If your friend is willing, you can save some money on a Matfer mandoline buying it there. Several years ago I got the black "plastic" model (I'm sure it's nicer than that, but don't know the material) for $75. It's $160 here. With the Euro higher now, I'm not sure of the price, but I'd bet it's cheaper than here.


----------



## anneke (Jan 5, 2001)

"Real" Dijon mustard is made with Canadian mustard seeds.

:chef:


----------



## jock (Dec 4, 2001)

Anneke, indeed it is and English mustard too. However, it is made by a stricktly controlled process and in my opinion it is much better that the domestic variety we are used to.

Jock


----------



## oli (Aug 31, 2001)

Excuse me but I don't know what a madoline is used for, other than making music. 
Thanks


----------



## isa (Apr 4, 2000)

Foodwise: Champagne, foie gras, wine, chocolate, anything from Fauchon. Not to be miss are the clementine marmelade and the pear vanilla compote.


heck out a travel bookstore for a Paris shopping guide, it will give you lots of good addresses.


----------



## mezzaluna (Aug 29, 2000)

Here's the mandoline I was referring to. This is the best price I've seen, but then I haven't looked on line for while. Williams Sonoma wants $159 I believe.


----------



## amira (Mar 11, 2001)

From Belgium I always bring chocolate - and personally I prefer Neuhaus.
From France I'd bring fleur De Sel.- The best salt in the world.:bounce:


----------



## armand (Apr 23, 2002)

_From Belgium I always bring chocolate - and personally I prefer Neuhaus_

Neuhaus is good quality stuff *but*: If your friend is going to Belgium and he should do a day- or weekend trip to Oostende (at the North Sea coast, thus not unlikely with the hot summer we`re having here this year), tell him to look for a (very!) small shop in Luisastraat, a small street that leads directly from Wapenplein to the sea promenade. It is on the left when you`re coming from Wapenplein. The shop is run by an elderly couple who are making the best chocolate and candied fruit I`ve ever had, and they`re selling for very reasonable prices! Each time I´m coming to Oostende (about 2 or 3 times a year) I look for the shop wondering if it´s still there and am glad to find out that those two people haven´t retired yet.

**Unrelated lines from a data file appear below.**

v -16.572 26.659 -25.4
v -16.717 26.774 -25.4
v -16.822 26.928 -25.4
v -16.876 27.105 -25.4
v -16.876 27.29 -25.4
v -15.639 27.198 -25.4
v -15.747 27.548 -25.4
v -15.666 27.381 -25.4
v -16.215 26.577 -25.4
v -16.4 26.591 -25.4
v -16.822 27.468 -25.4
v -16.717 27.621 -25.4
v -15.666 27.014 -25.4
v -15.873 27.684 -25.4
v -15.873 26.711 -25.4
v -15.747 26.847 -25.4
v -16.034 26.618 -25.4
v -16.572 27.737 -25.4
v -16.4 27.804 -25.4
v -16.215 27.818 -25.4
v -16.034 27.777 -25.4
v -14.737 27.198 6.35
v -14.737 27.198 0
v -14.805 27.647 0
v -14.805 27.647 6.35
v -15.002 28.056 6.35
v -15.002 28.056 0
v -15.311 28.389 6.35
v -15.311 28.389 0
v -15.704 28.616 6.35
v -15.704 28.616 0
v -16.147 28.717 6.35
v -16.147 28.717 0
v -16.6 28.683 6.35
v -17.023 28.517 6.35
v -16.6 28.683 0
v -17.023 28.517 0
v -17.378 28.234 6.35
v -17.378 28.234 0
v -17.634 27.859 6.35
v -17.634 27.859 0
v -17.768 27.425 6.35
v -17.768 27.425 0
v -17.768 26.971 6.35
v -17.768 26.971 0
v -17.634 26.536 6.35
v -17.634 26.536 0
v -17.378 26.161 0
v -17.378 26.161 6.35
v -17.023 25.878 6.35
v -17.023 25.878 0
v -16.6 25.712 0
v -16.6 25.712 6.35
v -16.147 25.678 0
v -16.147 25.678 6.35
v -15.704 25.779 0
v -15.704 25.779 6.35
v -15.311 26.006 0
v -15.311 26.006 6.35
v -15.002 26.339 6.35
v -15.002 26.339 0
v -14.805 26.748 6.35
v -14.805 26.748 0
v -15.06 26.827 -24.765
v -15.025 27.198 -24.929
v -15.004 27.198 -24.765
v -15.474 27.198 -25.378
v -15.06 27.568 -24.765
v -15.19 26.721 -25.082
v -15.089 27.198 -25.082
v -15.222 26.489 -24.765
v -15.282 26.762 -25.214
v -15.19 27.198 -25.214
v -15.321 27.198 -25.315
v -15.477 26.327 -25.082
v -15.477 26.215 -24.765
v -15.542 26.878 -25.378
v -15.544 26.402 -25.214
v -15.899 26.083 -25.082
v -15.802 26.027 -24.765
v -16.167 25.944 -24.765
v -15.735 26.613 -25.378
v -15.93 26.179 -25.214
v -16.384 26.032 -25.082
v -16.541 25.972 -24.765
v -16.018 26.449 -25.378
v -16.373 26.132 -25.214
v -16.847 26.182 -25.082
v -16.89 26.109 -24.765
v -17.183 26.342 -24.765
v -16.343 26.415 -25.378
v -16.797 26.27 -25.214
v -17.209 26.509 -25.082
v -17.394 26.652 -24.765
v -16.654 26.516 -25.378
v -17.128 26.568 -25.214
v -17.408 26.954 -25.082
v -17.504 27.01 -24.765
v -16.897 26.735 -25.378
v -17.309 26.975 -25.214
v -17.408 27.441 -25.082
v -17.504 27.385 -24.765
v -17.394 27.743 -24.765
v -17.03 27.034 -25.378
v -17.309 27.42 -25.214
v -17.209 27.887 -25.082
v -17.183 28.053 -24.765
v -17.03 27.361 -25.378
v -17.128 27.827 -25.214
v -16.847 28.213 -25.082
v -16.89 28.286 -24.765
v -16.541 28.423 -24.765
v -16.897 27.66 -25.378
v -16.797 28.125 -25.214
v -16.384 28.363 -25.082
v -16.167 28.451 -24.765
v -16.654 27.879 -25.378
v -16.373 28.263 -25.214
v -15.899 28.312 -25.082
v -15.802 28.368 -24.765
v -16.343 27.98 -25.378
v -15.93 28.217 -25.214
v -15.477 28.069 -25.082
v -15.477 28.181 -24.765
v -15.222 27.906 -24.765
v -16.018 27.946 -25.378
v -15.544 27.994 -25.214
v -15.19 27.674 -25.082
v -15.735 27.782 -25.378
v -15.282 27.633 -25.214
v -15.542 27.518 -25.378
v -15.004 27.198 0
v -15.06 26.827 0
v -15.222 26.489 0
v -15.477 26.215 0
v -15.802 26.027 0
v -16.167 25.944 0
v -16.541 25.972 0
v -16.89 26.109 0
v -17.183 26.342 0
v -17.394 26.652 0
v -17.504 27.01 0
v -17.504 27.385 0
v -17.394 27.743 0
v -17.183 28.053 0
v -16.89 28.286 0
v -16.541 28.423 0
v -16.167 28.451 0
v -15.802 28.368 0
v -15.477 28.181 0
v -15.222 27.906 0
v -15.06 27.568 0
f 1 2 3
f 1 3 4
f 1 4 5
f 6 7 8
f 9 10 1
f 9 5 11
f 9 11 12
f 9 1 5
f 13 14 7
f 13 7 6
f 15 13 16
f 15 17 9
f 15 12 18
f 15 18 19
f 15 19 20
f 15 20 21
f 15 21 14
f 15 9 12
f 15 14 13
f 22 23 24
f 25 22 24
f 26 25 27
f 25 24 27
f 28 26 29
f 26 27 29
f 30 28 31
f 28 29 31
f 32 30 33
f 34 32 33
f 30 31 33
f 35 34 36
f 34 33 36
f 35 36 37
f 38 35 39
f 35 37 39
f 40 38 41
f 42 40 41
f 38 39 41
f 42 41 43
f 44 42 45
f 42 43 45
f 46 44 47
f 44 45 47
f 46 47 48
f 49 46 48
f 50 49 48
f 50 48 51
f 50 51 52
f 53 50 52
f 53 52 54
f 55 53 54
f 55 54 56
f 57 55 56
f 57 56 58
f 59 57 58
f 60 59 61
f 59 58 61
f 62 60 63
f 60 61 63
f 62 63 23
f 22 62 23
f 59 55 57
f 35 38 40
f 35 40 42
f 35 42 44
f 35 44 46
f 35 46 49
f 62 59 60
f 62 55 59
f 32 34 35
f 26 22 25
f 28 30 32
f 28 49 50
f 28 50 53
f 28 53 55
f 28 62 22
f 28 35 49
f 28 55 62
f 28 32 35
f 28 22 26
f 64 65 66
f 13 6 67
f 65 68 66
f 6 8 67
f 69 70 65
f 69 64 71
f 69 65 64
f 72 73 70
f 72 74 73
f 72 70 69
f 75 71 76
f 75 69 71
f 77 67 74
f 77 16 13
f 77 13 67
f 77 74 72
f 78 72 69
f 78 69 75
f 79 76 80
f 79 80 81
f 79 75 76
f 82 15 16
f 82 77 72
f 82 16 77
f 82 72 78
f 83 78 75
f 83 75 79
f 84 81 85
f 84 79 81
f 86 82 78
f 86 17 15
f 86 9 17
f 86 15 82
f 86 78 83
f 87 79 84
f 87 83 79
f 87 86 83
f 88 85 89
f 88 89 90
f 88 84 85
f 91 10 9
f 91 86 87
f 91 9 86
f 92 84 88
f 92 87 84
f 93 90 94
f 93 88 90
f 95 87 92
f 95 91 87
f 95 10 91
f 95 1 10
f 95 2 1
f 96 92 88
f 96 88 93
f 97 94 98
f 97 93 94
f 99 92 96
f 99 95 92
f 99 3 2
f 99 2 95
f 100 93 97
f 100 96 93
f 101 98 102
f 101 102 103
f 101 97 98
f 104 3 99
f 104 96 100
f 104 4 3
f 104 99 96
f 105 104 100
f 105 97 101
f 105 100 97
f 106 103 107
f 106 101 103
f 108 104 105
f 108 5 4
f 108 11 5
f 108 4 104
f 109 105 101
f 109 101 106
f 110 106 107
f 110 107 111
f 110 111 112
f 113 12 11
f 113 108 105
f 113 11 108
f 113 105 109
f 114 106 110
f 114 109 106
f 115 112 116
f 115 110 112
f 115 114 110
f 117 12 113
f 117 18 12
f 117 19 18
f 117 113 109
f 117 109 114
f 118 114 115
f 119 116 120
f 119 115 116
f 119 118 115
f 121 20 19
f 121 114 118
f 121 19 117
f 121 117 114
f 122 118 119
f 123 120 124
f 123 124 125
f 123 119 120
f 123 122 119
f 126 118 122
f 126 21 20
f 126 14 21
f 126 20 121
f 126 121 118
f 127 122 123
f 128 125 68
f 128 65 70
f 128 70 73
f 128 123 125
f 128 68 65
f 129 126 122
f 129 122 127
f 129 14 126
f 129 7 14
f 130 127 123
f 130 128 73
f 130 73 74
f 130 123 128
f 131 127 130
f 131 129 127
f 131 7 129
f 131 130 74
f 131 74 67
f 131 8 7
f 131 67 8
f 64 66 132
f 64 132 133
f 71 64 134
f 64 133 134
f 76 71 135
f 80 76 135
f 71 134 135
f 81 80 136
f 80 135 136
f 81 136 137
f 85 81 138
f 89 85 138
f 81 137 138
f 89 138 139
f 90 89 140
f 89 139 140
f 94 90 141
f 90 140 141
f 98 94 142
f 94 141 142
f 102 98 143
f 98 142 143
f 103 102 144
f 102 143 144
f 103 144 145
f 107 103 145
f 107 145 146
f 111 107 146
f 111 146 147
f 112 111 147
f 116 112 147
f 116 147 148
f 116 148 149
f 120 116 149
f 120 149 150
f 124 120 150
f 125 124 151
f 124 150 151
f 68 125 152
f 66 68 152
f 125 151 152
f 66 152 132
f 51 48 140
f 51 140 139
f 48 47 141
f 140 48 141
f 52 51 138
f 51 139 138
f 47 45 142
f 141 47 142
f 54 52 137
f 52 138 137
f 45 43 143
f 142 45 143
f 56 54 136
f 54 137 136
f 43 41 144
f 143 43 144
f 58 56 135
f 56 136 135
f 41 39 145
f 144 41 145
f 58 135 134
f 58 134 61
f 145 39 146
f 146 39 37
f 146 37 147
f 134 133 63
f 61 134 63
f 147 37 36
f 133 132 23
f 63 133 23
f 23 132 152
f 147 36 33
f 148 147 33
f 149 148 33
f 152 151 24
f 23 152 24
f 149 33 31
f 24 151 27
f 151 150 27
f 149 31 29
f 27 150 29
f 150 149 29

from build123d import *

# Parameters (mm, degrees)
F0_R     = 1.524
F1_DEPTH = 6.35
F2_R     = 1.2573
F3_DEPTH = 25.4
F4_R     = 0.635


with BuildPart() as f1:
    # F0 (on Top) → F1 (new body)
    with BuildSketch(Plane.XY):
        with Locations((-16.261026, 27.197644)):
            Circle(F0_R)
    extrude(amount=F1_DEPTH)

    # F2 (on face) → F3 (join)
    with BuildSketch(Plane(origin=(0, 0, 0), x_dir=(1, 0, 0), z_dir=(0, 0, -1))):
        with Locations((-16.261026, -27.197644)):
            Circle(F2_R)
    extrude(amount=F3_DEPTH)

    # F4
    f4_edges = [f1.edges().sort_by_distance(p)[0] for p in [
        (-17.518326, 27.197644, -25.4),
    ]]
    fillet(f4_edges, radius=F4_R)


solid = f1.part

Entering the tiny shop each time makes me feel like entering a cathedral: Just step inside and inhale the smell of all the delicious ingredients for a few seconds. Then have a look around and find out, that there is a glass rear wall through which you can see how all the goodies are made. Don´t be afraid of the shopkeeper, as at first sight she doesn´t seem to be too friendly. She is just fed up with all the ignorant tourists. Once she notices that you can really appreciate her craftsmanship she does turn out quite friendly. Sheesh, I´m rambling. It´s only two weeks ago I`ve been there...

Armand


----------



## panini (Jul 28, 2001)

pastry books and more pastry books. The is a great store,shoot! I can't remember the street, but it is 3 stories and pretty close to a Mickey D's.
They can also ship back for you.


----------



## armand (Apr 23, 2002)

Buylstraat? There is a 3-storie bookstore at Buylstraat inbetween Warenplein and the Ostende post office. It´s a less than 5 minute walk from the local MD´s.

Armand


----------



## fbacker (Sep 24, 2003)

I'm a bit late in posting a reply, but if your friend has already left for Europe, this might be helpful for future trips.

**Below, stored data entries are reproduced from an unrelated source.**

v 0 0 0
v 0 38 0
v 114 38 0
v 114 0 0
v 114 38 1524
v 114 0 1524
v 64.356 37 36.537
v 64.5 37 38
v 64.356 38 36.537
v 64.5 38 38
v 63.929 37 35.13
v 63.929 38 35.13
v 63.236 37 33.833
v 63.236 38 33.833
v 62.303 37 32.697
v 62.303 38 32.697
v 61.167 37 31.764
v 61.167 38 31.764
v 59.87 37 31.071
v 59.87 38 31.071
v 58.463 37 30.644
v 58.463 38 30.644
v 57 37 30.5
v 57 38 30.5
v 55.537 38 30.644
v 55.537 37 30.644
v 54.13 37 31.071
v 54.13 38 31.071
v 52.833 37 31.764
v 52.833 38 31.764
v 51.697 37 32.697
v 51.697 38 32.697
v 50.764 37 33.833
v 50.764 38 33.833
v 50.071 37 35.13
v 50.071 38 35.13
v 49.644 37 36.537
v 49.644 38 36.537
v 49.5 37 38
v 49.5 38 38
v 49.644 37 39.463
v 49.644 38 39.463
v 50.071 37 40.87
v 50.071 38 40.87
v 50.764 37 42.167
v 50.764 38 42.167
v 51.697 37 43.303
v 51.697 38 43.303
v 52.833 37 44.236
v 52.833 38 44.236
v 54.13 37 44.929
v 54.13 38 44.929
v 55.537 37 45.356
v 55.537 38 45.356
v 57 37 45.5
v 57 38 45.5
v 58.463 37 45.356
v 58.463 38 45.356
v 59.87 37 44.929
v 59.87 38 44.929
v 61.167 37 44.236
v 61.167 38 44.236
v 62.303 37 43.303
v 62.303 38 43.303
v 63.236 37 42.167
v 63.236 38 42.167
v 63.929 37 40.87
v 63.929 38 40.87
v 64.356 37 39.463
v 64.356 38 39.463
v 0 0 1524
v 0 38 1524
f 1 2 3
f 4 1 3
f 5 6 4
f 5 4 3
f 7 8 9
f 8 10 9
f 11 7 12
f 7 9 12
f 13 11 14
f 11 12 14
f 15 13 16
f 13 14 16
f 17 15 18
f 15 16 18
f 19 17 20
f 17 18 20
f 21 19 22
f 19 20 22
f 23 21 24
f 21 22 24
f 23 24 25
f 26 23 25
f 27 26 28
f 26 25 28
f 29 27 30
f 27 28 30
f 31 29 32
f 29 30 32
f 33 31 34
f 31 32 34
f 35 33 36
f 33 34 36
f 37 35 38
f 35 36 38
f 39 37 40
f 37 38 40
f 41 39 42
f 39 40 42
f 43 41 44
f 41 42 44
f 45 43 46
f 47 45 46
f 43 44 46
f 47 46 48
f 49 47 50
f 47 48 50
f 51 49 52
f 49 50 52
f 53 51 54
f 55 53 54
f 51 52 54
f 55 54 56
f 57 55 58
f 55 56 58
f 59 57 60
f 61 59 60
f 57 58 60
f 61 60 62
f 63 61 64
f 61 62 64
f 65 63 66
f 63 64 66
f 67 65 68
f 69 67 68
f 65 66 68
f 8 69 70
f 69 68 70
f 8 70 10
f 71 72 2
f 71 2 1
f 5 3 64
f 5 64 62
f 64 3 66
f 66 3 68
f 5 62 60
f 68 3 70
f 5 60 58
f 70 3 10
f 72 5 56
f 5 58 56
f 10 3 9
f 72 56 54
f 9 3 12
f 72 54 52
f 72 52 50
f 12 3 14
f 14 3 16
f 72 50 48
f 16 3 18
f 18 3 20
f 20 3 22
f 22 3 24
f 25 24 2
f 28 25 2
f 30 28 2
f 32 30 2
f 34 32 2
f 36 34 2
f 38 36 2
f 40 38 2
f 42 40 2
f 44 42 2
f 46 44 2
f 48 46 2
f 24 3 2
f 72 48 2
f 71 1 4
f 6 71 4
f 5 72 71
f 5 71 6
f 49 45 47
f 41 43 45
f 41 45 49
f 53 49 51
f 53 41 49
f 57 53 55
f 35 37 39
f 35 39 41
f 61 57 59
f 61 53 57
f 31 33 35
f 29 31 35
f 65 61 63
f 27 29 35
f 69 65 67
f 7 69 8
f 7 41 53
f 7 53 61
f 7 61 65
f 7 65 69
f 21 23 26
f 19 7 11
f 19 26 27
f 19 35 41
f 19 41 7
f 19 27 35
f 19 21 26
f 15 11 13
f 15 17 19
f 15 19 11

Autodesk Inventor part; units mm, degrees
ref_plane "YZ Plane" through (0, 0, 0) normal (1, 0, 0) x (0, 1, 0)
ref_plane "XZ Plane" through (0, 0, 0) normal (0, 1, 0) x (-1, 0, 0)
ref_plane "XY Plane" through (0, 0, 0) normal (0, 0, 1) x (1, 0, 0)
sketch "Sketch1" plane through (0, 0, 0) normal (0, 0, 1) x (1, 0, 0)
  line L0 (0, 0) -> (114, 0)
  line L1 (114, 0) -> (114, 38)
  line L2 (114, 38) -> (0, 38)
  line L3 (0, 38) -> (0, 0)
  dimension "d0" = 114
  dimension "d1" = 38
extrude "Extrusion1" add sketch "Sketch1" along normal blind 1524
sketch "Sketch3" plane through (0, 38, 0) normal (0, 1, 0) x (1, 0, 0)
  circle A0 centre (57, -38) radius 7.5
  line L0 (114, 0) -> (0, 0) projected
  dimension "d23" = 38
  dimension "d24" = 15
extrude "Extrusion2" cut sketch "Sketch3" against normal blind 1
properties part number "2p2ps37" material "Wood (Cherry)"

Belgium: Chocolate is definitely the No. 1 item. I would also suggest a tangerine liqueur called Mandarine Napoléon. There is no single orange-flavoured liqueur that provides quite the citrus intensity of Mandarine. Although it's not entirely unavailable in the US, it's frightfully hard to come by, and it is considerably less expensive there.

France: If you do much baking, I suggest a selection of your most frequently used flavouring essences. French distilled essences are top quality and far better than most of the ones available in the US--if they can be found at all.

The French essences I use are: fraises des bois, bitter almond oil, violettes, griottes or amarène (related to morello cherries), noisette/praline, framboise, and mandarine. You'll have your own favourites, of course.

In the US, La Cuisine in Arlington, VA carries a selection of French essences, but they aren't always in stock.

Hope all this helps.


----------